> [EXTRACTED INFORMATION]:
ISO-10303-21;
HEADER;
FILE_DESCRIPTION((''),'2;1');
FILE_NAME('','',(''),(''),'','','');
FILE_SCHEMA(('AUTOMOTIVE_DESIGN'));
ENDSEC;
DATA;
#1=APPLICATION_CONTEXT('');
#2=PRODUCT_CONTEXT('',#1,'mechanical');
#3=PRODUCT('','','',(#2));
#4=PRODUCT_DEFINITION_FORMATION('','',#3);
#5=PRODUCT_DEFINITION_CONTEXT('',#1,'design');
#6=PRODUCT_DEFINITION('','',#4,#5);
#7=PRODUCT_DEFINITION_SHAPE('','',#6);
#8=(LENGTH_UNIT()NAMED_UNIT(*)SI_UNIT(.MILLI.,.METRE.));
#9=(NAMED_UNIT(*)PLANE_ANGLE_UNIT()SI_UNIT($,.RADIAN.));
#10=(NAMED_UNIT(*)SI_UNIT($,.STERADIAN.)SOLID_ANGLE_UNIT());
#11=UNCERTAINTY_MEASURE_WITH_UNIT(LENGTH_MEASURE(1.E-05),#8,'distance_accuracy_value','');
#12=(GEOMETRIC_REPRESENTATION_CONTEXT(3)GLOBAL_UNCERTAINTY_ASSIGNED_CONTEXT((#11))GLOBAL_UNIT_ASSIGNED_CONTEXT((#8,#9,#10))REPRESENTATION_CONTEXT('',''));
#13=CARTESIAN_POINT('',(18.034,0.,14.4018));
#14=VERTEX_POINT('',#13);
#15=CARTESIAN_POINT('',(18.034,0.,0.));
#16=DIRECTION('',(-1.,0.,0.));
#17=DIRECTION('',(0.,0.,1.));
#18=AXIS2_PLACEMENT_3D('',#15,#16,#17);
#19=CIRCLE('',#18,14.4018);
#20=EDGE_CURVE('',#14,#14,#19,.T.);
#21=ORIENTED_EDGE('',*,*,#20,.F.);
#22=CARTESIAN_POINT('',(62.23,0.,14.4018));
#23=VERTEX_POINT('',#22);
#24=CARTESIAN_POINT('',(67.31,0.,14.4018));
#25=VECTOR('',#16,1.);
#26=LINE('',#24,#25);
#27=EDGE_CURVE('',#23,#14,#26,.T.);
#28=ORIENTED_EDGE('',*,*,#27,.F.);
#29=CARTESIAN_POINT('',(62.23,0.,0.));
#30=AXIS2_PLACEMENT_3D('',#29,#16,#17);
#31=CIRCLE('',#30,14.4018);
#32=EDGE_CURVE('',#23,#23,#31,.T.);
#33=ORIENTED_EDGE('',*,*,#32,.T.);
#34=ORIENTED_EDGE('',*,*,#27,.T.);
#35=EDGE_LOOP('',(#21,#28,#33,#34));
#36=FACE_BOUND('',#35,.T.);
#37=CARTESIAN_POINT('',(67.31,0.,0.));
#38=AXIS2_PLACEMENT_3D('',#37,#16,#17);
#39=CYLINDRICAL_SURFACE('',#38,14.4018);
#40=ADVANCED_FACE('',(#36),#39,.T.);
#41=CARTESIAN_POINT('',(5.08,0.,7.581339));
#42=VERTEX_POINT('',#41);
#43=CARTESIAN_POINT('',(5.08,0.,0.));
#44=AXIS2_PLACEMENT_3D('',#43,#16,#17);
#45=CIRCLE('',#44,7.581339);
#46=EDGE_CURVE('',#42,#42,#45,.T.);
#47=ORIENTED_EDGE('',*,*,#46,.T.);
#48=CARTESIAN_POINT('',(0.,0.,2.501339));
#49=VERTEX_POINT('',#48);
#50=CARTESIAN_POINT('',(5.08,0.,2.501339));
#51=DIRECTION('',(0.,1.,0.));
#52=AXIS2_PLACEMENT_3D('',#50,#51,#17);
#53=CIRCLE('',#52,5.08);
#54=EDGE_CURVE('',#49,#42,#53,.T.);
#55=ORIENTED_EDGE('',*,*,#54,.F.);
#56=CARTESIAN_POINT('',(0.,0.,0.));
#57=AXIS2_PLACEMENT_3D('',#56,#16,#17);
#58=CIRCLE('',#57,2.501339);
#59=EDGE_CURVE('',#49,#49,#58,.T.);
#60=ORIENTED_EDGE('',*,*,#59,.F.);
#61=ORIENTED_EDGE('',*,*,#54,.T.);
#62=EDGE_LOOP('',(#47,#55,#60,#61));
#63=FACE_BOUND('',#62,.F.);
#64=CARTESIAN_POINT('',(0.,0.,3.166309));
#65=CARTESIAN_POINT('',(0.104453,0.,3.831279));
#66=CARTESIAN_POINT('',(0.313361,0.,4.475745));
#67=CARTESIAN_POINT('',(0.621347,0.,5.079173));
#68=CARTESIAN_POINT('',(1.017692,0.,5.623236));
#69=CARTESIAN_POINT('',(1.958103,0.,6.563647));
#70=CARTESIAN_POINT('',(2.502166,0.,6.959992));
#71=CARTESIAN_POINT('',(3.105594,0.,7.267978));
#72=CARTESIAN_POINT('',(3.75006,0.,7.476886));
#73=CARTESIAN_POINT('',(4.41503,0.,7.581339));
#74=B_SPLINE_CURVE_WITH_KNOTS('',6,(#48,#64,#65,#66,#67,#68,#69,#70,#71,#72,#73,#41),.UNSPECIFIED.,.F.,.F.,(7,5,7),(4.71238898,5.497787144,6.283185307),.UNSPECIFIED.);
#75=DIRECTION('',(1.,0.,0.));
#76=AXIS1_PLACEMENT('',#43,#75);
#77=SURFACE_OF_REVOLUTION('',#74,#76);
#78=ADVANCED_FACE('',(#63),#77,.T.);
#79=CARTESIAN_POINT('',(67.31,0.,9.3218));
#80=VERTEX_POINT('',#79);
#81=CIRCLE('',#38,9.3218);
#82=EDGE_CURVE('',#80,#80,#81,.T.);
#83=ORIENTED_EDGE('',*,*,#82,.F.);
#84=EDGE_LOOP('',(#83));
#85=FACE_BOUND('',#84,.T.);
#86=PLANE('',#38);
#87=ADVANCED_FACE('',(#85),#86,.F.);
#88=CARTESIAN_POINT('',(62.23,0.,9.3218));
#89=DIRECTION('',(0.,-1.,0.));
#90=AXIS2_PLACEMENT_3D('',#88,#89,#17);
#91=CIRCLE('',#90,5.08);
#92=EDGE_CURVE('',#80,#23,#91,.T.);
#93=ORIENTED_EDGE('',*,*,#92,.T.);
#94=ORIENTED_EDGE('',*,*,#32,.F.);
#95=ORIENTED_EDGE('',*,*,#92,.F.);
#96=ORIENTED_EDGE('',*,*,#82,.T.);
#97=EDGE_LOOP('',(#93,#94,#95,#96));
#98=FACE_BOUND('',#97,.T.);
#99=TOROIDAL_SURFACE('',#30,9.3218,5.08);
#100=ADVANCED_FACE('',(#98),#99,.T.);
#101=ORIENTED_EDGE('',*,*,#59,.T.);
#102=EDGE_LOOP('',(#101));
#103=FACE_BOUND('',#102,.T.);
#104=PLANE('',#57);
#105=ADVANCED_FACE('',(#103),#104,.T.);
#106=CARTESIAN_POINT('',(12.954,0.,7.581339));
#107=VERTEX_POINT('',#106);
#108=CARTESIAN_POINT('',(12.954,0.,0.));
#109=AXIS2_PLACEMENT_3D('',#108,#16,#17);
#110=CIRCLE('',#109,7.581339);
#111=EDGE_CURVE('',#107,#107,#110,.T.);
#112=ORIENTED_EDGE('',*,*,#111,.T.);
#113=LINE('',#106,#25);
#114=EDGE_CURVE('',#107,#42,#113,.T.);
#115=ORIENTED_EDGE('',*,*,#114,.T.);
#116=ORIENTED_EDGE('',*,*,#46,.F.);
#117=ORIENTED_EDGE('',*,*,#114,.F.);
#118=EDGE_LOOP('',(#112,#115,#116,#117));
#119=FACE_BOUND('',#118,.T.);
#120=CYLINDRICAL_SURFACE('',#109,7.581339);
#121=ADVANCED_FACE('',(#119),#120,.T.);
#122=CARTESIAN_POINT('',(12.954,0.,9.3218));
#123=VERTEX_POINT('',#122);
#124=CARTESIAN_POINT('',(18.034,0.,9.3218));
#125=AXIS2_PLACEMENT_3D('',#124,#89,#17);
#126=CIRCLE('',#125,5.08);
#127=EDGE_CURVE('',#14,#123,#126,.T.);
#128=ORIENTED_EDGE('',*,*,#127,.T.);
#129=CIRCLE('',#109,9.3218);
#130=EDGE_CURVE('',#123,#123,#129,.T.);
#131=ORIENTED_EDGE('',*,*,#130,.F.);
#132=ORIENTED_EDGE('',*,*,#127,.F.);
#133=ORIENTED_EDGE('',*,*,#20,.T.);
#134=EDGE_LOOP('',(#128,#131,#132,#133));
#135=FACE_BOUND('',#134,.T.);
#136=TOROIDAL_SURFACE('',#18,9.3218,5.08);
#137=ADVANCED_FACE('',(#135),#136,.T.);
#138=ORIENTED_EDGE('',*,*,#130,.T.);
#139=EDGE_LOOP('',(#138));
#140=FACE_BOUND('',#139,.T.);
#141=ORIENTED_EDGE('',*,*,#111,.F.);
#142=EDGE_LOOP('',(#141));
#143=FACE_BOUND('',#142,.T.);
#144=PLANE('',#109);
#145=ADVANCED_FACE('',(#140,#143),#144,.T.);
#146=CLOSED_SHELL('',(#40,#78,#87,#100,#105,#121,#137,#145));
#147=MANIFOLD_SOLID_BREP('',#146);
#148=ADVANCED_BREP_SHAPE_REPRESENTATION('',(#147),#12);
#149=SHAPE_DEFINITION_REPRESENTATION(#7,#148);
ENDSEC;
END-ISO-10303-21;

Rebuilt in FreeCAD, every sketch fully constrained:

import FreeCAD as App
import Part
import Sketcher

V = App.Vector
Q = App.Units.Quantity


def edges_at(feature, points):
    """Names of the edges that pass closest to the given points."""
    edges = feature.Shape.Edges
    near = lambda p: min(range(len(edges)), key=lambda i: edges[i].distToShape(Part.Vertex(*p))[0])
    return sorted({f"Edge{near(p) + 1}" for p in points})

doc = App.newDocument("Part")
body = doc.addObject("PartDesign::Body", "Body")

sketch1 = doc.addObject("Sketcher::SketchObject", "Sketch")
body.addObject(sketch1)
sketch1.AttachmentSupport = (doc.XZ_Plane, [""])
sketch1.MapMode = "FlatFace"
sketch1.addGeometry(Part.LineSegment(V(0, 7.581339, 0), V(0, 0, 0)), False)
sketch1.addGeometry(Part.LineSegment(V(0, 0, 0), V(67.31, 0, 0)), False)
sketch1.addGeometry(Part.LineSegment(V(67.31, 0, 0), V(67.31, 14.4018, 0)), False)
sketch1.addGeometry(Part.LineSegment(V(67.31, 14.4018, 0), V(12.954, 14.4018, 0)), False)
sketch1.addGeometry(Part.LineSegment(V(12.954, 14.4018, 0), V(12.954, 7.581339, 0)), False)
sketch1.addGeometry(Part.LineSegment(V(12.954, 7.581339, 0), V(0, 7.581339, 0)), False)
sketch1.addConstraint(Sketcher.Constraint("Coincident", 0, 2, 1, 1))
sketch1.addConstraint(Sketcher.Constraint("Coincident", 1, 2, 2, 1))
sketch1.addConstraint(Sketcher.Constraint("Coincident", 2, 2, 3, 1))
sketch1.addConstraint(Sketcher.Constraint("Coincident", 3, 2, 4, 1))
sketch1.addConstraint(Sketcher.Constraint("Coincident", 4, 2, 5, 1))
sketch1.addConstraint(Sketcher.Constraint("Coincident", 5, 2, 0, 1))
sketch1.addConstraint(Sketcher.Constraint("Vertical", 0))
sketch1.addConstraint(Sketcher.Constraint("Horizontal", 1))
sketch1.addConstraint(Sketcher.Constraint("Vertical", 2))
sketch1.addConstraint(Sketcher.Constraint("Horizontal", 3))
sketch1.addConstraint(Sketcher.Constraint("Vertical", 4))
sketch1.addConstraint(Sketcher.Constraint("Horizontal", 5))
sketch1.addConstraint(Sketcher.Constraint("Coincident", 0, 2, -1, 1))
sketch1.addConstraint(Sketcher.Constraint("DistanceX", 1, 1, 1, 2, Q("2.65 in")))
sketch1.addConstraint(Sketcher.Constraint("DistanceX", 3, 2, 3, 1, Q("2.14 in")))
sketch1.addConstraint(Sketcher.Constraint("DistanceY", 2, 1, 2, 2, Q("0.567 in")))
sketch1.addConstraint(Sketcher.Constraint("DistanceY", 0, 2, 0, 1, 7.581339))
revolution = doc.addObject("PartDesign::Revolution", "Revolution")
body.addObject(revolution)
revolution.Profile = sketch1
revolution.ReferenceAxis = (sketch1, ["H_Axis"])
revolution.Angle = 360
doc.recompute()

fillet = doc.addObject("PartDesign::Fillet", "Fillet")
body.addObject(fillet)
fillet.Base = (revolution, edges_at(revolution, [
    (67.31, 0, -14.402),
    (12.954, 0, -14.402),
    (40.132, 0, 14.402),
    (0, 0, -7.581),
]))
fillet.Radius = Q("0.2 in")

doc.recompute()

> [WHAT THE TASK REQUIRES]: For this exercise, please output exactly the lines above starting at the line with "#121=ADVANCED_FACE('',(#119),#120,.T.);" and ending at the line with "Rebuilt in FreeCAD, every", ends included.

> [EXERCISE ANSWER]:
#121=ADVANCED_FACE('',(#119),#120,.T.);
#122=CARTESIAN_POINT('',(12.954,0.,9.3218));
#123=VERTEX_POINT('',#122);
#124=CARTESIAN_POINT('',(18.034,0.,9.3218));
#125=AXIS2_PLACEMENT_3D('',#124,#89,#17);
#126=CIRCLE('',#125,5.08);
#127=EDGE_CURVE('',#14,#123,#126,.T.);
#128=ORIENTED_EDGE('',*,*,#127,.T.);
#129=CIRCLE('',#109,9.3218);
#130=EDGE_CURVE('',#123,#123,#129,.T.);
#131=ORIENTED_EDGE('',*,*,#130,.F.);
#132=ORIENTED_EDGE('',*,*,#127,.F.);
#133=ORIENTED_EDGE('',*,*,#20,.T.);
#134=EDGE_LOOP('',(#128,#131,#132,#133));
#135=FACE_BOUND('',#134,.T.);
#136=TOROIDAL_SURFACE('',#18,9.3218,5.08);
#137=ADVANCED_FACE('',(#135),#136,.T.);
#138=ORIENTED_EDGE('',*,*,#130,.T.);
#139=EDGE_LOOP('',(#138));
#140=FACE_BOUND('',#139,.T.);
#141=ORIENTED_EDGE('',*,*,#111,.F.);
#142=EDGE_LOOP('',(#141));
#143=FACE_BOUND('',#142,.T.);
#144=PLANE('',#109);
#145=ADVANCED_FACE('',(#140,#143),#144,.T.);
#146=CLOSED_SHELL('',(#40,#78,#87,#100,#105,#121,#137,#145));
#147=MANIFOLD_SOLID_BREP('',#146);
#148=ADVANCED_BREP_SHAPE_REPRESENTATION('',(#147),#12);
#149=SHAPE_DEFINITION_REPRESENTATION(#7,#148);
ENDSEC;
END-ISO-10303-21;

Rebuilt in FreeCAD, every sketch fully constrained:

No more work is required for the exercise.